Every muscle has a counterpart. For biceps, it’s the triceps. For the front of the thigh, the quadriceps, it’s the back of the thigh, the hamstrings. For the abdomen, the lower back. For the chest, the upper back. And so on. It’s important that you always exercise the muscle and its antagonist equally, because that’s the basis for good posture, which not only looks good, but is also important for a healthy and evenly loaded spine.

5. Warm up and stretch

Warm muscles and activated circulation are essential for injury-free training. You can run a few laps or, if you work out at the gym, use a stepper, rower, treadmill, bike or cross trainer for a few minutes.

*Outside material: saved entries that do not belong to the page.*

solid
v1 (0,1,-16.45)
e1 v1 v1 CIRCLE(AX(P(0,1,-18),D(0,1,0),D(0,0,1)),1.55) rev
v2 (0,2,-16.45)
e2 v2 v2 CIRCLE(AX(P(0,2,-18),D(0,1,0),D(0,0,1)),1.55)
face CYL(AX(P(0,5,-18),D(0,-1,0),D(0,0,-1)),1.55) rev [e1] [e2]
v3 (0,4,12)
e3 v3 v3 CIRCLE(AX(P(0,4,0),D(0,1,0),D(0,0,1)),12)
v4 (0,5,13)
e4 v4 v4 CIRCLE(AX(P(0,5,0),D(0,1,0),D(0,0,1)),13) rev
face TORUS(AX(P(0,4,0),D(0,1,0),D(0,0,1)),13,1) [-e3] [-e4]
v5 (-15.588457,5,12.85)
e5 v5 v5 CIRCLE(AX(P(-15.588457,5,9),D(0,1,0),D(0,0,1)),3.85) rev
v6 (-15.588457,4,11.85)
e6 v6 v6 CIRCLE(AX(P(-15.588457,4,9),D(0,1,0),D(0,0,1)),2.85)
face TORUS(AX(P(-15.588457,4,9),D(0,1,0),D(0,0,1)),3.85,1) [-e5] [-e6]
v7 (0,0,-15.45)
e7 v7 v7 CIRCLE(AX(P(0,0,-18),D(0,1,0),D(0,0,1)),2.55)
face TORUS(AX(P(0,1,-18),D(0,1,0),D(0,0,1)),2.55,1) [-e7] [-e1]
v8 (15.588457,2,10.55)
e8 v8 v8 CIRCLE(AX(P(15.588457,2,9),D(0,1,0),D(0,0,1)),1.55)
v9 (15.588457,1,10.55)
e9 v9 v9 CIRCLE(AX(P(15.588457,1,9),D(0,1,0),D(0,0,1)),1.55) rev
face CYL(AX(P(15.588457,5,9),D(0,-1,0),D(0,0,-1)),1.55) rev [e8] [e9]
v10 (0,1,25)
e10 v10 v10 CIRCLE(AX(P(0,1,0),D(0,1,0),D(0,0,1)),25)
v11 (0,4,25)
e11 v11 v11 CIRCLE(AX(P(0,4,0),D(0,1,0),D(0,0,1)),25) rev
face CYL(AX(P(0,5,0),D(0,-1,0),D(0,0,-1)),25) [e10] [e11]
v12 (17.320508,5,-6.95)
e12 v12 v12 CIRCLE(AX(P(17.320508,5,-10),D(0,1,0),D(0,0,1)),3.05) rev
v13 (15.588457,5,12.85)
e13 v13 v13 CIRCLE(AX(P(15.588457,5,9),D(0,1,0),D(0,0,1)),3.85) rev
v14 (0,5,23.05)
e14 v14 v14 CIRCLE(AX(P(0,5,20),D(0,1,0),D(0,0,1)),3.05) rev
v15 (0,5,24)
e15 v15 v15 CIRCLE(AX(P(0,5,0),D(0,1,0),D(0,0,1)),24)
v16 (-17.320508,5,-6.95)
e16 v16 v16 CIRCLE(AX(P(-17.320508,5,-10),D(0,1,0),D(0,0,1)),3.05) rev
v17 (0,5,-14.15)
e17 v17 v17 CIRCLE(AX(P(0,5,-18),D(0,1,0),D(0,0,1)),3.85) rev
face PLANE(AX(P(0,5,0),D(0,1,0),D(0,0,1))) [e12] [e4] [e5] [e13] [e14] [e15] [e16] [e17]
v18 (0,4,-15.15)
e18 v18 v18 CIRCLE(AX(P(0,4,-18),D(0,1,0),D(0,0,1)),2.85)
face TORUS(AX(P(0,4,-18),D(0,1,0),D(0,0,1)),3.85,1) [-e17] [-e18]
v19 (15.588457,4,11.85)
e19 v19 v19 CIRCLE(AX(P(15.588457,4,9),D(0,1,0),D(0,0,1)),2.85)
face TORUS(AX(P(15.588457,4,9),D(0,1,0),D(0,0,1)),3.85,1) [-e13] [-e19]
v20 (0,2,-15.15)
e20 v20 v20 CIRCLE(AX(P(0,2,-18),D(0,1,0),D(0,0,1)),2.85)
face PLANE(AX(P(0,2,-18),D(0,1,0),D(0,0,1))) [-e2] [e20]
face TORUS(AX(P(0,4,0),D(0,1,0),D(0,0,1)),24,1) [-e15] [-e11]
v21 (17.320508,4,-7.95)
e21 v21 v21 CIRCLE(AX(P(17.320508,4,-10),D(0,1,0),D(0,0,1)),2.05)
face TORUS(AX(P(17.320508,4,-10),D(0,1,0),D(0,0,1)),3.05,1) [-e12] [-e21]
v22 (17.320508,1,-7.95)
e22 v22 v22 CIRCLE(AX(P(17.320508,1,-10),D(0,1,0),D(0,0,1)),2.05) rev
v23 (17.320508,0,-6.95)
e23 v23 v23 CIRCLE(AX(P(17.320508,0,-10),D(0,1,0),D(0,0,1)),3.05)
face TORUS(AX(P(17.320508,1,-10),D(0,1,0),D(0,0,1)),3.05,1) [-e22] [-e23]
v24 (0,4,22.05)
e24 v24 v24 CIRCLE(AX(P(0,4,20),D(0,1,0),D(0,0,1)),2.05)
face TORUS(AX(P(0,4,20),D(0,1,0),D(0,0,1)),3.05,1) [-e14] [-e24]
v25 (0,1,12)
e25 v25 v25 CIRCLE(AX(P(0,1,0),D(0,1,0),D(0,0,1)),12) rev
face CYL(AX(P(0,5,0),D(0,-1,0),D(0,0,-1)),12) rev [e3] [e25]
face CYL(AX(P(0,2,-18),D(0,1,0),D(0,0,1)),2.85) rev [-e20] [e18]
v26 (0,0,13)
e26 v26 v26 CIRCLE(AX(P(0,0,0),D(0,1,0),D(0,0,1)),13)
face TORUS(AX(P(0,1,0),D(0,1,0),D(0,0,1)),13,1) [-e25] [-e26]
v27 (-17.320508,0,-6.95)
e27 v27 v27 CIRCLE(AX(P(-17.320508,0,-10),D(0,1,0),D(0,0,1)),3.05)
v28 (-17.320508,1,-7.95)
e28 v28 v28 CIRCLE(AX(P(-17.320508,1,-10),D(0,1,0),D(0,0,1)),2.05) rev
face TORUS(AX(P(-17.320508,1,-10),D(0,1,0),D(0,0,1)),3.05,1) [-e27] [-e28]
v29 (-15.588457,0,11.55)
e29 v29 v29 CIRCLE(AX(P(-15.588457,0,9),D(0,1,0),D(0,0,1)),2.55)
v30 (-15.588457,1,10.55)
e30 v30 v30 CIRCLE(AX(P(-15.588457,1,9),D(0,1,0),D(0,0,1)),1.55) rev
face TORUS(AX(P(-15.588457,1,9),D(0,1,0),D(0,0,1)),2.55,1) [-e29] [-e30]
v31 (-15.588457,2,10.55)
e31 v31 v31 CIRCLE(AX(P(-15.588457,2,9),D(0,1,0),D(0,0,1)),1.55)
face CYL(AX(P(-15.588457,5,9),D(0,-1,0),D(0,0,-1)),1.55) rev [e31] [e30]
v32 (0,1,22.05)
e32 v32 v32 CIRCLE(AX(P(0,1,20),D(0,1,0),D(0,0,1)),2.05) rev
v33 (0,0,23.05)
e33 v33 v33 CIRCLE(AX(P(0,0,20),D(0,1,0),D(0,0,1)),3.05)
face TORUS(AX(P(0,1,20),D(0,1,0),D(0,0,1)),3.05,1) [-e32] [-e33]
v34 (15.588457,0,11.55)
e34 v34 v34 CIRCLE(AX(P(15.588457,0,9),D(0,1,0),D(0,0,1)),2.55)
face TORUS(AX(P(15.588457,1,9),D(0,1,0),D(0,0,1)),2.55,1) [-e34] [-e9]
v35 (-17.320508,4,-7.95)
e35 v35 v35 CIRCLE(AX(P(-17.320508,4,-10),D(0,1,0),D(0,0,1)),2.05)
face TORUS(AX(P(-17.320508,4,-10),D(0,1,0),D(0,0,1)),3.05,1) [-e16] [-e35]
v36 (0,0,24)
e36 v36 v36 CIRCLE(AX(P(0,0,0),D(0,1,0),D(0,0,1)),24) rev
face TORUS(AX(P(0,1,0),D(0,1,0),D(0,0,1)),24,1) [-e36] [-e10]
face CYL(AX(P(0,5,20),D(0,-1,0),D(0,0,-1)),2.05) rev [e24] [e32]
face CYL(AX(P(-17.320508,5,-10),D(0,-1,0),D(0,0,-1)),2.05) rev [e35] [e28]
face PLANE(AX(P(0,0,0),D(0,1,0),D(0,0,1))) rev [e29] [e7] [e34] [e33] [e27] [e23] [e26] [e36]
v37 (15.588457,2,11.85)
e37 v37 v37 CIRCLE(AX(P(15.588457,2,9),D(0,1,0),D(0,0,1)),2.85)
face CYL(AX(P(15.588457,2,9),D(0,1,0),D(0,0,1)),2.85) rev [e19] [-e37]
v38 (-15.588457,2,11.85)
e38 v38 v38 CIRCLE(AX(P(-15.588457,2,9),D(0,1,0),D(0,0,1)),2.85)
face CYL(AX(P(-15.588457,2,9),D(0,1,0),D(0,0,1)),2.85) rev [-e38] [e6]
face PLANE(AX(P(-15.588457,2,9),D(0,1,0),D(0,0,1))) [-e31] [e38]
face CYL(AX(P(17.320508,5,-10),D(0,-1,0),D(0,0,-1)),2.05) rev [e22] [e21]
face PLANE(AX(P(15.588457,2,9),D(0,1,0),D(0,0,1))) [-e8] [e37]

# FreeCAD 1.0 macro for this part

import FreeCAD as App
import Part
import Sketcher


def edges_at(feature, points):
    """Names of the edges that pass closest to the given points."""
    edges = feature.Shape.Edges
    near = lambda p: min(range(len(edges)), key=lambda i: edges[i].distToShape(Part.Vertex(*p))[0])
    return sorted({f"Edge{near(p) + 1}" for p in points})

doc = App.newDocument("Part")
body = doc.addObject("PartDesign::Body", "Body")

# Sketch on XZ plane
sketch1 = body.newObject("Sketcher::SketchObject", "Sketch")
sketch1.AttachmentSupport = (doc.getObject("XZ_Plane"), [""])
sketch1.MapMode = "FlatFace"
sketch1.addGeometry([
    Part.Circle(App.Vector(0, 0, 0), App.Vector(0, 0, 1), 25),  # 0
    Part.Circle(App.Vector(-17.3, -10, 0), App.Vector(0, 0, 1), 2),  # 1
    Part.Circle(App.Vector(0, -18, 0), App.Vector(0, 0, 1), 1.6),  # 2
    Part.Circle(App.Vector(0, 0, 0), App.Vector(0, 0, 1), 12),  # 3
    Part.Circle(App.Vector(-15.6, 9, 0), App.Vector(0, 0, 1), 1.6),  # 4
    Part.Circle(App.Vector(17.3, -10, 0), App.Vector(0, 0, 1), 2),  # 5
    Part.Circle(App.Vector(0, 20, 0), App.Vector(0, 0, 1), 2),  # 6
    Part.Circle(App.Vector(15.6, 9, 0), App.Vector(0, 0, 1), 1.6),  # 7
], False)
sketch1.addConstraint([
    Sketcher.Constraint("Coincident", 0, 3, -1, 1),
    Sketcher.Constraint("Coincident", 3, 3, -1, 1),
    Sketcher.Constraint("Equal", 2, 4),
    Sketcher.Constraint("Equal", 1, 5),
    Sketcher.Constraint("Equal", 5, 6),
    Sketcher.Constraint("Equal", 4, 7),
    Sketcher.Constraint("Symmetric", 1, 3, 5, 3, -2),
    Sketcher.Constraint("Symmetric", 4, 3, 7, 3, -2),
    Sketcher.Constraint("PointOnObject", 2, 3, -2),
    Sketcher.Constraint("PointOnObject", 6, 3, -2),
    Sketcher.Constraint("Diameter", 0, 50.0),
    Sketcher.Constraint("Diameter", 3, 24.0),
    Sketcher.Constraint("Diameter", 1, 4.1),
    Sketcher.Constraint("Diameter", 2, 3.1),
    Sketcher.Constraint("DistanceY", 1, 3, -1, 1, 10.0),
    Sketcher.Constraint("DistanceY", 2, 3, -1, 1, 18.0),
    Sketcher.Constraint("DistanceY", -1, 1, 4, 3, 9.0),
    Sketcher.Constraint("DistanceY", -1, 1, 6, 3, 20.0),
    Sketcher.Constraint("DistanceX", 1, 3, -1, 1, 17.320508),
    Sketcher.Constraint("DistanceX", 1, 3, 4, 3, 1.732051),
])
pad1 = body.newObject("PartDesign::Pad", "Pad")
pad1.Profile = sketch1
pad1.Length = 5
pad1.Reversed = True

# Sketch on XZ plane
sketch2 = body.newObject("Sketcher::SketchObject", "Sketch001")
sketch2.AttachmentSupport = (doc.getObject("XZ_Plane"), [""])
sketch2.MapMode = "FlatFace"
sketch2.AttachmentOffset = App.Placement(App.Vector(0, 0, -5), App.Rotation())
sketch2.addGeometry([
    Part.Circle(App.Vector(0, -18, 0), App.Vector(0, 0, 1), 2.9),
    Part.Circle(App.Vector(15.6, 9, 0), App.Vector(0, 0, 1), 2.9),
    Part.Circle(App.Vector(-15.6, 9, 0), App.Vector(0, 0, 1), 2.9),
], False)
sketch2.addConstraint([
    Sketcher.Constraint("Equal", 0, 1),
    Sketcher.Constraint("Equal", 1, 2),
    Sketcher.Constraint("Symmetric", 1, 3, 2, 3, -2),
    Sketcher.Constraint("PointOnObject", 0, 3, -2),
    Sketcher.Constraint("Diameter", 0, 5.7),
    Sketcher.Constraint("DistanceY", 0, 3, -1, 1, 18.0),
    Sketcher.Constraint("DistanceY", -1, 1, 1, 3, 9.0),
    Sketcher.Constraint("DistanceX", -1, 1, 1, 3, 15.588457),
])
pocket1 = body.newObject("PartDesign::Pocket", "Pocket")
pocket1.Profile = sketch2
pocket1.Length = 3
pocket1.Reversed = True
doc.recompute()

fillet = body.newObject("PartDesign::Fillet", "Fillet")
fillet.Base = (pocket1, edges_at(pocket1, [
    (0, 0, 17.95),
    (0, 5, 17.95),
    (15.588, 0, 7.45),
    (0, 0, -25),
    (-15.588, 0, 7.45),
    (-17.321, 0, -12.05),
    (-17.321, 5, -12.05),
    (17.321, 0, -12.05),
    (17.321, 5, -12.05),
    (0, 5, -20.85),
    (0, 5, -25),
    (15.588, 5, 6.15),
    (-15.588, 5, 6.15),
    (0, 0, -12),
    (0, 5, -12),
    (0, 0, -19.55),
]))
fillet.Radius = 1

doc.recompute()
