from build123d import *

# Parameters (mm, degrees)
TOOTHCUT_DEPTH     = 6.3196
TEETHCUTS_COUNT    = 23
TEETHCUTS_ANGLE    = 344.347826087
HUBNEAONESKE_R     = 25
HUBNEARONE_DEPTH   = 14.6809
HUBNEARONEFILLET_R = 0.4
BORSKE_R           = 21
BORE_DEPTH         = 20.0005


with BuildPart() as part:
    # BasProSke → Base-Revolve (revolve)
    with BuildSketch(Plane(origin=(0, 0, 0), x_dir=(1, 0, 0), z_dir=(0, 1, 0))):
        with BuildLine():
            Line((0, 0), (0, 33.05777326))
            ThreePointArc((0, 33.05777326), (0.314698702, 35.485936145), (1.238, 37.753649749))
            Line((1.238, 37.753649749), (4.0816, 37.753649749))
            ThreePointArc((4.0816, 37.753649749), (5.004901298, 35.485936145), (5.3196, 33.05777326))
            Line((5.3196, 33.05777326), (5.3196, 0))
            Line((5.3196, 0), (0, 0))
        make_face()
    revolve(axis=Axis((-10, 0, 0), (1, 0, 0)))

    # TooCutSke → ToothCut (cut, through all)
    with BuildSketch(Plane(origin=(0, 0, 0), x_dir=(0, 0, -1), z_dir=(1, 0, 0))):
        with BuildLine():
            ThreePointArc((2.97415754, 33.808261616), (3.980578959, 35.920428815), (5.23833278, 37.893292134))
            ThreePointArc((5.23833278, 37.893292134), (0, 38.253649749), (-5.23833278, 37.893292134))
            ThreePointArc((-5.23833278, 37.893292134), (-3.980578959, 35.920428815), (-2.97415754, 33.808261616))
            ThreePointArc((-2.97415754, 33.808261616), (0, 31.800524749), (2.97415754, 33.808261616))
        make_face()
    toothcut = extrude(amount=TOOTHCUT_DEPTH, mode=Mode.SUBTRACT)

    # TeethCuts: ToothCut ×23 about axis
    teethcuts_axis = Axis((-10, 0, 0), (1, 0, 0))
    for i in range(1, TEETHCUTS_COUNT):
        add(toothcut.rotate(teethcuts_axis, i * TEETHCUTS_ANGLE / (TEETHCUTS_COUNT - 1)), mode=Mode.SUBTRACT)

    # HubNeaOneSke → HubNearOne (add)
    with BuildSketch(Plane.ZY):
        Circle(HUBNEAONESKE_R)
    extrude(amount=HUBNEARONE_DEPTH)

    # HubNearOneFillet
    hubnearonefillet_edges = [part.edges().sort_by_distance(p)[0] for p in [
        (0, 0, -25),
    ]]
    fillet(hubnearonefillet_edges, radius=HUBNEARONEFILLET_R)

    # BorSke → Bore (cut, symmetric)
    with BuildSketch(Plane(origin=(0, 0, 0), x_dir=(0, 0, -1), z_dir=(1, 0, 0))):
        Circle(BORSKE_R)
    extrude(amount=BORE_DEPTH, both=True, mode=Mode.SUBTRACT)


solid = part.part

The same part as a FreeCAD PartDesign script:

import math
import FreeCAD as App
import Part
import Sketcher
from FreeCAD import Vector


def edges_at(feature, points):
    """Names of the edges that pass closest to the given points."""
    edges = feature.Shape.Edges
    near = lambda p: min(range(len(edges)), key=lambda i: edges[i].distToShape(Part.Vertex(*p))[0])
    return sorted({f"Edge{near(p) + 1}" for p in points})

doc = App.newDocument("Part")
body = doc.addObject("PartDesign::Body", "Body")

sketch1 = body.newObject("Sketcher::SketchObject", "Sketch")
sketch1.AttachmentSupport = (doc.getObject("XZ_Plane"), [""])
sketch1.MapMode = "FlatFace"
sketch1.addGeometry([
    Part.LineSegment(Vector(0, -33.1, 0), Vector(0, 0, 0)),
    Part.LineSegment(Vector(0, 0, 0), Vector(5.3, 0, 0)),
    Part.LineSegment(Vector(5.3, 0, 0), Vector(5.3, -33.1, 0)),
    Part.ArcOfCircle(Part.Circle(Vector(-4.2, -33.1, 0), Vector(0, 0, 1), 9.5), math.radians(-30), math.radians(0)),
    Part.LineSegment(Vector(4.1, -37.8, 0), Vector(1.2, -37.8, 0)),
    Part.ArcOfCircle(Part.Circle(Vector(9.5, -33.1, 0), Vector(0, 0, 1), 9.5), math.radians(-180), math.radians(-150)),
], False)
sketch1.addConstraint([
    Sketcher.Constraint("Coincident", 0, 2, 1, 1),
    Sketcher.Constraint("Coincident", 1, 2, 2, 1),
    Sketcher.Constraint("Tangent", 2, 2, 3, 2),
    Sketcher.Constraint("Coincident", 3, 1, 4, 1),
    Sketcher.Constraint("Coincident", 4, 2, 5, 2),
    Sketcher.Constraint("Tangent", 5, 1, 0, 1),
    Sketcher.Constraint("Vertical", 0),
    Sketcher.Constraint("Horizontal", 1),
    Sketcher.Constraint("Vertical", 2),
    Sketcher.Constraint("Horizontal", 4),
    Sketcher.Constraint("Coincident", 0, 2, -1, 1),
    Sketcher.Constraint("Equal", 3, 5),
    Sketcher.Constraint("Horizontal", 3, 3, 5, 3),
    Sketcher.Constraint("Radius", 3, 9.525),
    Sketcher.Constraint("DistanceX", 1, 1, 1, 2, 5.3196),
    Sketcher.Constraint("DistanceX", 4, 2, 4, 1, 2.8436),
    Sketcher.Constraint("DistanceY", 0, 1, 0, 2, 33.057773),
])
revolution = body.newObject("PartDesign::Revolution", "Revolution")
revolution.Profile = sketch1
revolution.ReferenceAxis = (sketch1, ["H_Axis"])
revolution.Angle = 360

sketch2 = body.newObject("Sketcher::SketchObject", "Sketch001")
sketch2.AttachmentSupport = (doc.getObject("YZ_Plane"), [""])
sketch2.MapMode = "FlatFace"
sketch2.addGeometry([
    Part.ArcOfCircle(Part.Circle(Vector(26.7, -20.6, 0), Vector(0, 0, 1), 19.1), math.radians(53.96), math.radians(68.04)),
    Part.ArcOfCircle(Part.Circle(Vector(0, 0, 0), Vector(0, 0, 1), 38.3), math.radians(-7.87), math.radians(7.87)),
    Part.ArcOfCircle(Part.Circle(Vector(26.7, 20.6, 0), Vector(0, 0, 1), 19.1), math.radians(-68.04), math.radians(-53.96)),
    Part.ArcOfCircle(Part.Circle(Vector(35, 0, 0), Vector(0, 0, 1), 3.2), math.radians(112), math.radians(248)),
], False)
sketch2.addConstraint([
    Sketcher.Constraint("Coincident", 0, 1, 1, 1),
    Sketcher.Constraint("Coincident", 1, 2, 2, 2),
    Sketcher.Constraint("Tangent", 2, 1, 3, 1),
    Sketcher.Constraint("Tangent", 3, 2, 0, 2),
    Sketcher.Constraint("Coincident", 1, 3, -1, 1),
    Sketcher.Constraint("Equal", 0, 2),
    Sketcher.Constraint("Symmetric", 0, 3, 2, 3, -1),
    Sketcher.Constraint("Radius", 0, 19.05),
    Sketcher.Constraint("Radius", 1, 38.25365),
    Sketcher.Constraint("Radius", 3, 3.20675),
    Sketcher.Constraint("DistanceX", -1, 1, 0, 3, 26.685411),
    Sketcher.Constraint("DistanceY", 0, 3, -1, 1, 20.64242),
])
pocket1 = body.newObject("PartDesign::Pocket", "Pocket")
pocket1.Profile = sketch2
pocket1.Type = "ThroughAll"
pocket1.Reversed = True
doc.recompute()

polarpattern = body.newObject("PartDesign::PolarPattern", "PolarPattern")
polarpattern.Originals = [pocket1]
polarpattern.Axis = (doc.getObject("X_Axis"), [""])
polarpattern.Angle = 360
polarpattern.Occurrences = 23
body.Tip = polarpattern

sketch3 = body.newObject("Sketcher::SketchObject", "Sketch002")
sketch3.AttachmentSupport = (doc.getObject("YZ_Plane"), [""])
sketch3.MapMode = "FlatFace"
sketch3.addGeometry(Part.Circle(Vector(0, 0, 0), Vector(0, 0, 1), 25), False)
sketch3.addConstraint([
    Sketcher.Constraint("Coincident", 0, 3, -1, 1),
    Sketcher.Constraint("Diameter", 0, 50.0),
])
pad1 = body.newObject("PartDesign::Pad", "Pad")
pad1.Profile = sketch3
pad1.Length = 14.6809
pad1.Reversed = True
doc.recompute()

fillet = body.newObject("PartDesign::Fillet", "Fillet")
fillet.Base = (pad1, edges_at(pad1, [(0, 0, -25)]))
fillet.Radius = 0.4

sketch4 = body.newObject("Sketcher::SketchObject", "Sketch003")
sketch4.AttachmentSupport = (doc.getObject("YZ_Plane"), [""])
sketch4.MapMode = "FlatFace"
sketch4.addGeometry(Part.Circle(Vector(0, 0, 0), Vector(0, 0, 1), 21), False)
sketch4.addConstraint([
    Sketcher.Constraint("Coincident", 0, 3, -1, 1),
    Sketcher.Constraint("Diameter", 0, 42.0),
])
pocket2 = body.newObject("PartDesign::Pocket", "Pocket001")
pocket2.Profile = sketch4
pocket2.Length = 40.001
pocket2.Midplane = True

doc.recompute()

After training, it’s important to stretch the muscles that have been used. This is because strength training shortens the muscles and makes them more susceptible to tears. You can also reduce muscle soreness the next day by stretching gently.

6. The right execution

Top of the list? Executing exercises correctly! Ideally, you’ll learn this at the gym with a competent and experienced trainer who knows exactly how to correct you. It prevents poor execution from becoming ingrained and hindering the effect of your training. Once you’ve mastered the exercises, you can train on your own.

An extra tip: You can train on equipment or with free weights (for example dumbbells or discs). If you’re a beginner, the equipment option is highly recommended. This is because the guided movements they provide correspond to the correct execution of the exercise. However, it’s important that a trainer explains what needs to be considered in the settings so that everything is appropriate for you.

7. Nutrition

As a beginner, nutritional supplements don’t play that much of a role. A healthy diet (ideally low in fat and high in protein) is sufficient for now. Nevertheless, the well-known saying applies: “Abs are made in the kitchen”. It’s no use if you have the muscles for your six-pack, but there are still little pockets of fat covering them. So watch your food choices and calorie intake. And relevant for any sport: Drink plenty! Still water is ideal.

8. Medical aspects

A small cautionary note is also important with regard to these strength training tips for beginners. If you want to start strength training for health reasons, you should consult your doctor and only start once they have given you their consent. And, of course: If you’re ill, especially if you have a temperature, take a break from training. If you have had an injury, it’s important that you do not start strength training until you’re properly fit again.

9. Bodyweight exercises

Bodyweight exercises are exercises that you do without weights, i.e. that only involve your own body weight. They include push-ups, planks, squats and sit-ups. Such exercises are great for effective training when you’re on the move and can be done easily in a hotel room or away on holiday. There are also plenty of videos on the internet where you can just follow along. They’re often ideal for beginners, which is why these exercises are a must for our strength training tips for beginners.

10. Who is your training buddy?

A training buddy is a partner who supports you in training and vice versa. They can also give you the necessary motivation to train, for example, when  you’d rather stay on the sofa than go to the gym. A training buddy can be your best mate, your partner or even someone you met at the gym. You can push each other and also encourage each other when things aren’t going so well.

Our 10 beginner strength training tips are designed to get you off to a solid start. Comfortable sportswear, your trainers, a towel and a bottle of water – you’re ready to go. Many gyms offer a trial training session, which is free and absolutely without obligation. So find your motivation and get started. Today!